Antonio Rogerio Nogueira - In what is perhaps an attempt to prove that the universe is a cold and uncaring place devoid of any mercy or a god of any sort, Rogerio refuses to retire. A man that at age 40 looks considerably older and is infamous for pulling out of fights due to injuries, still thinks he can hang with younger fighters, or at least the top of the division. It needs to end. Perhaps some fans don’t like it when people tell fighters to retire, but Rogerio’s loss to Rumble and this fight against Bader saw him take some pretty ugly damage or just look utterly defenseless. No good reason to keep this thing going. Retire like your brother did and spare yourself more unnecessary brain trauma.

Ali Bagautinov - While still 4-3 in the UFC, he’s probably guaranteed to get cut with another loss. Flyweight may be a thin division, but they’ve cut people before. His style hasn’t translated to the kind of results the UFC would like, and it’s hard to make inroads to Russia with a fighter that isn’t winning consistently. He still has options like fighting in Russia if he continues to pursue fighting as a career.

Ross Pearson - Pearson’s generally regarded as one of the nicest guys in the sport, and he has a bit of effortless charm that a lot of fighters don’t seem to have. That and the fact that he’s been in some true wars and always strives to improve between fights make it hard to look at his current situation and not think if this loss means he gets cut. This was his fourth fight this year (!!), but he lost 3 out of those 4. I’d be surprised if he didn’t get his walking papers here.

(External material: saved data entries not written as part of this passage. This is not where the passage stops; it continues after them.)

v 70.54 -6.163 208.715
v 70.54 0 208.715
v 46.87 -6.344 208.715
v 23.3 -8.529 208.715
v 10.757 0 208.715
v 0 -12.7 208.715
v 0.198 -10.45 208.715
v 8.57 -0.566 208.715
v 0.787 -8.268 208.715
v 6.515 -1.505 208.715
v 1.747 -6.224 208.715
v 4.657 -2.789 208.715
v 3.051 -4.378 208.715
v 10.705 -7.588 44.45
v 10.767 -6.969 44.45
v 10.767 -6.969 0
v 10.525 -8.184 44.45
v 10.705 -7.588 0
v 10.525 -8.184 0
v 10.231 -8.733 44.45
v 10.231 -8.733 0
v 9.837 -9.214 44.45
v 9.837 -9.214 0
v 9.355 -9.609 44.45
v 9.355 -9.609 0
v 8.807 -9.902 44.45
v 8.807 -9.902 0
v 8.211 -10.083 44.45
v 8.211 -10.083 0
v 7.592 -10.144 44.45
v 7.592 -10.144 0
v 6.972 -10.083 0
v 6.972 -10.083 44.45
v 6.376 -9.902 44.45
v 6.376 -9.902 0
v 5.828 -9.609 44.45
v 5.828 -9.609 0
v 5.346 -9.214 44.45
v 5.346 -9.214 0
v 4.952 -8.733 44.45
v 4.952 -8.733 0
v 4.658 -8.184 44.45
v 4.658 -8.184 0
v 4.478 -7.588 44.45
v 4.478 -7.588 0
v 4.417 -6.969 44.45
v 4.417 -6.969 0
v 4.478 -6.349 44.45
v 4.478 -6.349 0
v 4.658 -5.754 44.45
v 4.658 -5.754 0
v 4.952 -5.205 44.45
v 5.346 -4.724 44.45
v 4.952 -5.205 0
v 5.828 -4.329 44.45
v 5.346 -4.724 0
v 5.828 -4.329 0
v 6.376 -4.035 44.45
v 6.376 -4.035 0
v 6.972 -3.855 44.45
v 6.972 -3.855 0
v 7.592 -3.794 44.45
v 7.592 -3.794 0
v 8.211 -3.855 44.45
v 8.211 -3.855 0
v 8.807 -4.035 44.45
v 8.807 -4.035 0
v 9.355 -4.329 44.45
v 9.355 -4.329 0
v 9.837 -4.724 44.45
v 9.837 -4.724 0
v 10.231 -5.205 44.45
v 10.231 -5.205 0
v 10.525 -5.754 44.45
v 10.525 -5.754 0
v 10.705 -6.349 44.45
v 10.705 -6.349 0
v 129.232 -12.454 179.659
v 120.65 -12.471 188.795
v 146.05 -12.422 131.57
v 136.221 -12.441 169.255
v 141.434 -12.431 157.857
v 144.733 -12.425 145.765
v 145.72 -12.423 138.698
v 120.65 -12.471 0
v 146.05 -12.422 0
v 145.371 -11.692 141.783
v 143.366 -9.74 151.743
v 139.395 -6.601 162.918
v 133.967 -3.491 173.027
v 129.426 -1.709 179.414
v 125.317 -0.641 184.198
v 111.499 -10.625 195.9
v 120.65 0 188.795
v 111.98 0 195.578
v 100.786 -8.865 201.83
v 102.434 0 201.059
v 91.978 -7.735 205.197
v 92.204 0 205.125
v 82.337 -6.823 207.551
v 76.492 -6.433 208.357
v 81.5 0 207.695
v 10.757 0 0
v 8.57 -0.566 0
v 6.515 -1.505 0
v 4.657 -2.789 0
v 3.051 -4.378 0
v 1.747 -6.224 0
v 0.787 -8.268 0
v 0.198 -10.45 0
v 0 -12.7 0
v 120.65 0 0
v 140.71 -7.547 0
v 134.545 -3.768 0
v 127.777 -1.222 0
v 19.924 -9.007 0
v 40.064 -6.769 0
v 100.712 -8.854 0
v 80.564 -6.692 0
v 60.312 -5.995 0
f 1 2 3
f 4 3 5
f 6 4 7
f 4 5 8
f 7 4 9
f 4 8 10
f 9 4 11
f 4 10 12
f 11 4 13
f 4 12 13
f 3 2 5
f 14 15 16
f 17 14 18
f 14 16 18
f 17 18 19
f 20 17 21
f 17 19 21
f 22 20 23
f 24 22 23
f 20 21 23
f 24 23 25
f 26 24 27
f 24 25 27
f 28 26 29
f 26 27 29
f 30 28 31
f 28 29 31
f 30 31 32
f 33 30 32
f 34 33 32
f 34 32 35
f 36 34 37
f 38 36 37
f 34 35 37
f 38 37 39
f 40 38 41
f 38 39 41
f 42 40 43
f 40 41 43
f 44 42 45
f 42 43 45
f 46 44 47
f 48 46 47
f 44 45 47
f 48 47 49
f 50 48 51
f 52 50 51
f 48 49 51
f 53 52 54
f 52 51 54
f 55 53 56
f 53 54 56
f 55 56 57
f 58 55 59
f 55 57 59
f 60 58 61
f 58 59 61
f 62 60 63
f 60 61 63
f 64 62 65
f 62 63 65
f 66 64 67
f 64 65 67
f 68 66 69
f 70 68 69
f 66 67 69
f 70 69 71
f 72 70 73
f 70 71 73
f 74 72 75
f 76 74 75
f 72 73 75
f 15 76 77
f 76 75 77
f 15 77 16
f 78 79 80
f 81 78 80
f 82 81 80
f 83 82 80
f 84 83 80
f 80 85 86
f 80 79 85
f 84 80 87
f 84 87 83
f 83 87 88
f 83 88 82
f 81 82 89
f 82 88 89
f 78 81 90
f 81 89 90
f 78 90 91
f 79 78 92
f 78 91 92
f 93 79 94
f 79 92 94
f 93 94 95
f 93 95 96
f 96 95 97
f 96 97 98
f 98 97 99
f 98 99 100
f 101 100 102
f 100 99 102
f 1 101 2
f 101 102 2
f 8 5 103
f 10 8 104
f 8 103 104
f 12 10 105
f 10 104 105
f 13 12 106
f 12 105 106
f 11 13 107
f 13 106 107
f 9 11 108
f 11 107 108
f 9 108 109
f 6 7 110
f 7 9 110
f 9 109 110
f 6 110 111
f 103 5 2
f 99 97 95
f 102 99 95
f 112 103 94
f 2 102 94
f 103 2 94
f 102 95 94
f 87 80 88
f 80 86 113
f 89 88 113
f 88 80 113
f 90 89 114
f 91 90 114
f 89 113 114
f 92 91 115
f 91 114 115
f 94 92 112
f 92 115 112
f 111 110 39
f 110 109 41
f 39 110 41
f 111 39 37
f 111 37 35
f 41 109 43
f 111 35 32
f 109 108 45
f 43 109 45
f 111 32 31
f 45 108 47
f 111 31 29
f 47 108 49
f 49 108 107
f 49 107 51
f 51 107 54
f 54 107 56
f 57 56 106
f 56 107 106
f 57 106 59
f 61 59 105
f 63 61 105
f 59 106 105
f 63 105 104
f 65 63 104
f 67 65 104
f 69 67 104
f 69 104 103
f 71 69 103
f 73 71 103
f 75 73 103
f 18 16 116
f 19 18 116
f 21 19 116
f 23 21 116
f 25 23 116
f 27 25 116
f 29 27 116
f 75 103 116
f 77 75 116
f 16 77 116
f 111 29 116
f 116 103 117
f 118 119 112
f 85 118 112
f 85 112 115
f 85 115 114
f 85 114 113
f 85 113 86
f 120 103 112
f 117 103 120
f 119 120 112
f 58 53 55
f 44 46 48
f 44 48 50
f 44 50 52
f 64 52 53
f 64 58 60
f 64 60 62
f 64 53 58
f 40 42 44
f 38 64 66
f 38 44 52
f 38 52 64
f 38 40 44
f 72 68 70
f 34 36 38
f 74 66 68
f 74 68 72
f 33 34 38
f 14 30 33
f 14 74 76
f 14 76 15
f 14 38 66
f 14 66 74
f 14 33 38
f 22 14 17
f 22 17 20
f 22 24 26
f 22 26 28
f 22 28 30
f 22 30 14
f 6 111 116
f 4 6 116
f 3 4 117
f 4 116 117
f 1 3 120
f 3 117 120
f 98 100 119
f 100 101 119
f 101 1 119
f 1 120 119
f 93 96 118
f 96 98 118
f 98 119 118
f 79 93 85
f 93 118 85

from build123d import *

# Parameters (mm, degrees)
F1_DEPTH = 12.7
F3_DEPTH = 2819.4
F4_R     = 3.175
F5_DEPTH = 44.45


with BuildPart() as f1:
    # F0 (on Front) → F1 (new body)
    with BuildSketch(Plane.XZ):
        Polygon((0, 127), (0, 0), (146.05, 0), (146.05, 131.5695), (70.539849, 208.714945), align=None)
        Polygon((0, 208.714945), (0, 127), (70.539849, 208.714945), align=None)
        with BuildLine():
            Line((70.539849, 208.714945), (146.05, 131.5695))
            ThreePointArc((146.05, 131.5695), (124.030763, 185.5445), (70.539849, 208.714945))
        make_face()
    extrude(amount=F1_DEPTH)

    # F2 (on Top) → F3 (intersect)
    with BuildSketch(Plane.XY):
        with BuildLine():
            ThreePointArc((10.757195, 0), (3.050719, -4.378233), (0, -12.7))
            ThreePointArc((0, -12.7), (60.312475, -5.995254), (120.65, -12.470686))
            Line((120.65, -12.470686), (146.05, -12.422409))
            ThreePointArc((146.05, -12.422409), (134.545033, -3.767731), (120.65, 0))
            Line((120.65, 0), (14.993685, 0))
            Line((14.993685, 0), (10.757195, 0))
        make_face()
    extrude(amount=F3_DEPTH, mode=Mode.INTERSECT)

    # F4 (on face) → F5 (cut)
    with BuildSketch(Plane(origin=(0, 0, 0), x_dir=(1, 0, 0), z_dir=(0, 0, -1))):
        with Locations((7.591504, 6.968603)):
            Circle(F4_R)
    extrude(amount=-F5_DEPTH, mode=Mode.SUBTRACT)


solid = f1.part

Francimar Barroso - Barroso now drops to 3-3 in the UFC, but the last two were consecutive finishes. At 36 years of age and with performances like these, he could get be on the chopping block as well.

  • Neither

Claudia Gadelha - Yes, she won the fight against a tough opponent. Yes, the kick to a grounded Casey’s head should have been at the very least a point deduction that never came. No, it would not have affected the decision on the scorecards. That aside, the biggest problem is that she won the fight but Joanna Champion is still... champion. We all know that something extraordinary needs to happen for you to get a shot at the title when you’ve lost twice to that champion already. Despite how good she looked for so much of that fight, it was marred by a terrible foul and the knowledge that it won’t help her cause from a big picture perspective.

  • Notable Mentions

Kyoji Horiguchi notched a decent win, and could get another shot at the title after the Ultimate Fighter winner takes on current king Demetrious Johnson. Pedro Munhoz gets two straight guillotine choke wins, and they both looked fantastic. Cezar Ferreira extends his win streak to 3 and earns his first finish since 2013. Jack Marshman also repped Wales extra hard with his UFC debut win by taking on a very tough Cedenblad and continuing his current momentum with seven straight wins, six of them being finishes.

Finally, big ups to Manny Gamburyan. Two straight TKO losses, but he’s calling it a career and walking away on his own terms. Manny has had some fun performances and never seemed like he was half-stepping it in his fights, even in cases where it was to his detriment. Good on him, and we should wish him nothing but there very best from here on out.